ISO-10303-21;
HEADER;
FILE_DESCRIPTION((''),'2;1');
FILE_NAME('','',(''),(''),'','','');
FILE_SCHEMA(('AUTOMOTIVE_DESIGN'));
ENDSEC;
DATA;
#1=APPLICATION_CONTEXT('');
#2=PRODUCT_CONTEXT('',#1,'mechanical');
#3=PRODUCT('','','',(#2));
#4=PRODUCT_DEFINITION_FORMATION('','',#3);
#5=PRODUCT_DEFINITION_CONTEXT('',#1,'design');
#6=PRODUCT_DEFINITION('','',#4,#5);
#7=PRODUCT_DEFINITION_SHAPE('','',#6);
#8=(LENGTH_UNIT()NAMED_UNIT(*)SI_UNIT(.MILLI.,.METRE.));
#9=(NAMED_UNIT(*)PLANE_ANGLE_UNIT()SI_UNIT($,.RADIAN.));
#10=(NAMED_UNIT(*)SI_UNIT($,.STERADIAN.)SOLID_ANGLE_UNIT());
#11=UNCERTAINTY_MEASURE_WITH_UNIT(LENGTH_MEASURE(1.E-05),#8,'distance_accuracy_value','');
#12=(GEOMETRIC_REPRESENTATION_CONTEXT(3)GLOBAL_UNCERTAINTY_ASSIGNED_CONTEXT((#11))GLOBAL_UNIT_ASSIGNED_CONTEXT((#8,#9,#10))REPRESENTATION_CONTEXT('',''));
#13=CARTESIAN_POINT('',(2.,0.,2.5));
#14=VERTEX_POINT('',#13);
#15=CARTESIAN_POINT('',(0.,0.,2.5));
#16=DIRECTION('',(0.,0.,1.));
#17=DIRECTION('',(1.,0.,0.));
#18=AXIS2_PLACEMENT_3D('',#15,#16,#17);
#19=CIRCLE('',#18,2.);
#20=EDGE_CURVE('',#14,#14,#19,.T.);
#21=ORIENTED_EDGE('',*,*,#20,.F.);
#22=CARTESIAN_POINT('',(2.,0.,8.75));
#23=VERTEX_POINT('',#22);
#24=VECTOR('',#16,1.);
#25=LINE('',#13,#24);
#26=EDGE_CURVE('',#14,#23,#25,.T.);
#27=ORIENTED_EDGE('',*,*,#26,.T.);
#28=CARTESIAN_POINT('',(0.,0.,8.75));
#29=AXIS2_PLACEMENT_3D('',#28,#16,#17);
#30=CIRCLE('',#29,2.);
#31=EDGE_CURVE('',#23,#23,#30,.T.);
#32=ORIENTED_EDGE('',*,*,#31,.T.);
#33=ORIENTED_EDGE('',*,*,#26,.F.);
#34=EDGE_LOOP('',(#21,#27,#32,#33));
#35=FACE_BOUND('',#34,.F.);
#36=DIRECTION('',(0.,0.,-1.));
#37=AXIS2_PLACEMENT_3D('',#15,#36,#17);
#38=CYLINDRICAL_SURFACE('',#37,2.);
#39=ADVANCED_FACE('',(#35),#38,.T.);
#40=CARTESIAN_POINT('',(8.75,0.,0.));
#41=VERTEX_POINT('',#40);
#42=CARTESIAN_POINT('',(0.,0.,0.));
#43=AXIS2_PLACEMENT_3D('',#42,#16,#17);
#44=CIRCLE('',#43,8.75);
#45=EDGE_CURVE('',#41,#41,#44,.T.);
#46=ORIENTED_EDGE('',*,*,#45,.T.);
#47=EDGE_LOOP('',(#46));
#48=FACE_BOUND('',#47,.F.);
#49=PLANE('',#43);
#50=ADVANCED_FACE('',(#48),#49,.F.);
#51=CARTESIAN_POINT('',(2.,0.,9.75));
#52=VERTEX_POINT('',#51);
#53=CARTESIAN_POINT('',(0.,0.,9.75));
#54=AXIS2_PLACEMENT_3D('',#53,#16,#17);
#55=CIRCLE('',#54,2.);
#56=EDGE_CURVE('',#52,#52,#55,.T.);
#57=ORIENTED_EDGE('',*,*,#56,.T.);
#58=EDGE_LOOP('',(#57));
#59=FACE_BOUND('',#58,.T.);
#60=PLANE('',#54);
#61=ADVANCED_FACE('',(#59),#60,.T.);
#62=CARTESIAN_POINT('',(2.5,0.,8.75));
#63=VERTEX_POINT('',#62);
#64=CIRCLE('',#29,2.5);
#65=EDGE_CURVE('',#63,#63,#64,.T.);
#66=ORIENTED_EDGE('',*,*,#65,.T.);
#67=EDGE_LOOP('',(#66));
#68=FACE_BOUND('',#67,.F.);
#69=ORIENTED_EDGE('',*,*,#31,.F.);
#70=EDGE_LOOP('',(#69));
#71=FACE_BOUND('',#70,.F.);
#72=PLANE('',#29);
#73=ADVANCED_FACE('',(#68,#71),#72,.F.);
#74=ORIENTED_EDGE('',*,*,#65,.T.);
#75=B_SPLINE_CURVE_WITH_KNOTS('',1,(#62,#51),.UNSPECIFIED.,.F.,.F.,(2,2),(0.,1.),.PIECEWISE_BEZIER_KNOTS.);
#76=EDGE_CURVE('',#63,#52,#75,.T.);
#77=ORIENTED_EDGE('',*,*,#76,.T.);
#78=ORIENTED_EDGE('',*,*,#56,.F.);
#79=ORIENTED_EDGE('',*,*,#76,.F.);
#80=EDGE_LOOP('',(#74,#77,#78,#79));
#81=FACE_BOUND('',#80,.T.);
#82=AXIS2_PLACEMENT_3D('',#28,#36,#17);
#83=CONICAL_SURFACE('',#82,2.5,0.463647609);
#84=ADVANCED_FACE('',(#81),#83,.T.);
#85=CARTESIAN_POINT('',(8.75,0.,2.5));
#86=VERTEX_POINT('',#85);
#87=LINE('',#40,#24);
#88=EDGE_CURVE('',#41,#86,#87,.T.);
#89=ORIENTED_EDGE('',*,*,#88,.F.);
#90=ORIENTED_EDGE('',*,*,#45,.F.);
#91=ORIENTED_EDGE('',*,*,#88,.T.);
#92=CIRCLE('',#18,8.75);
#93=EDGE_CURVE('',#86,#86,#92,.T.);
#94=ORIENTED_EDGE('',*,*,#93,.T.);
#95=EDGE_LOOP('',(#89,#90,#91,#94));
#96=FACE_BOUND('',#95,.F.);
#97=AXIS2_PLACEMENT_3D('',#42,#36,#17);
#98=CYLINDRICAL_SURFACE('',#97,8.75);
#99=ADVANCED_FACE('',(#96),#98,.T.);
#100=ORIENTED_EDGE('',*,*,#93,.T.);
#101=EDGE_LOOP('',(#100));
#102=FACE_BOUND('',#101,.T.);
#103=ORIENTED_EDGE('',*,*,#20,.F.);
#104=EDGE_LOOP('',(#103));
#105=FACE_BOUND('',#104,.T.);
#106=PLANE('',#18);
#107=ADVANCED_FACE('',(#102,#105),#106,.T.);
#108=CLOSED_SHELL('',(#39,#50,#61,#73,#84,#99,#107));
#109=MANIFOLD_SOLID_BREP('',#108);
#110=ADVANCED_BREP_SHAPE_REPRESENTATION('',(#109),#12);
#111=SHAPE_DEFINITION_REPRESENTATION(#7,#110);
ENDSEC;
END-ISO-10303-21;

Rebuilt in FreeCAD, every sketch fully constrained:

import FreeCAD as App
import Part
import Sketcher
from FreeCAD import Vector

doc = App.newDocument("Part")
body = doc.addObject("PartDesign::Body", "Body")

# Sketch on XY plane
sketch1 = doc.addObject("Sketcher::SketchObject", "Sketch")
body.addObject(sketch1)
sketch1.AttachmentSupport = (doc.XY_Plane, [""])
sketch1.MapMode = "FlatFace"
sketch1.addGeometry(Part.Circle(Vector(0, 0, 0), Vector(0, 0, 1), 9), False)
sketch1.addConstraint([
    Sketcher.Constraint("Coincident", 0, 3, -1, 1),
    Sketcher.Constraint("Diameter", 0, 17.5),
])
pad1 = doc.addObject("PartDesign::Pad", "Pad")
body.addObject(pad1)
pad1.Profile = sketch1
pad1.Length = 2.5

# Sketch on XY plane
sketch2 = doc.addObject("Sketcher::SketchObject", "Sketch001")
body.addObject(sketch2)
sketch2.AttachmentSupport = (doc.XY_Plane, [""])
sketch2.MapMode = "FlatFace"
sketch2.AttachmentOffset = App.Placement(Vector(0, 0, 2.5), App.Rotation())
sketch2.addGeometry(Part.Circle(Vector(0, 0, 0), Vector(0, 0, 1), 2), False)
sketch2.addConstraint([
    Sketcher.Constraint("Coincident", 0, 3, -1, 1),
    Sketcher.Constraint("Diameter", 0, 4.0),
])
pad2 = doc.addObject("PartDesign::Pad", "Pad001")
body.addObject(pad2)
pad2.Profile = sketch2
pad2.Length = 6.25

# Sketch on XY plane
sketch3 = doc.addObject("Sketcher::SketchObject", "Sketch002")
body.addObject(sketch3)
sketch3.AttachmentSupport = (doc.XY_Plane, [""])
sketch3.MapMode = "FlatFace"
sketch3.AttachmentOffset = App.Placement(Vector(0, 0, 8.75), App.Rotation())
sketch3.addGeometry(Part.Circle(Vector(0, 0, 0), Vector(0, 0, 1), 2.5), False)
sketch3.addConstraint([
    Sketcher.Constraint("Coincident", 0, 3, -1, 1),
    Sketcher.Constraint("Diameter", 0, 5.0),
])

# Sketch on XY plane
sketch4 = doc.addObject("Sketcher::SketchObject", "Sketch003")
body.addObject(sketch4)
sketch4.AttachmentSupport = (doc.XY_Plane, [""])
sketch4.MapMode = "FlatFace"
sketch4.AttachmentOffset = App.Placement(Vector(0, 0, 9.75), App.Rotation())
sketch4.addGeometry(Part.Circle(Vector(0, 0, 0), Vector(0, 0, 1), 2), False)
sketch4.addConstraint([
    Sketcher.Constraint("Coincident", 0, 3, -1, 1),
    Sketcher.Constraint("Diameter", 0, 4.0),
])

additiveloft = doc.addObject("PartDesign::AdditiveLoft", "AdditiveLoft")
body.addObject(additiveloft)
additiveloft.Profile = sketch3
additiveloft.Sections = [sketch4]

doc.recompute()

::::

Set down exactly the lines that begin the records and continue through the line bearing "#7=PRODUCT_DEFINITION_SHAPE('','',#6);"; include both ends.

_Result of the task_.
ISO-10303-21;
HEADER;
FILE_DESCRIPTION((''),'2;1');
FILE_NAME('','',(''),(''),'','','');
FILE_SCHEMA(('AUTOMOTIVE_DESIGN'));
ENDSEC;
DATA;
#1=APPLICATION_CONTEXT('');
#2=PRODUCT_CONTEXT('',#1,'mechanical');
#3=PRODUCT('','','',(#2));
#4=PRODUCT_DEFINITION_FORMATION('','',#3);
#5=PRODUCT_DEFINITION_CONTEXT('',#1,'design');
#6=PRODUCT_DEFINITION('','',#4,#5);
#7=PRODUCT_DEFINITION_SHAPE('','',#6);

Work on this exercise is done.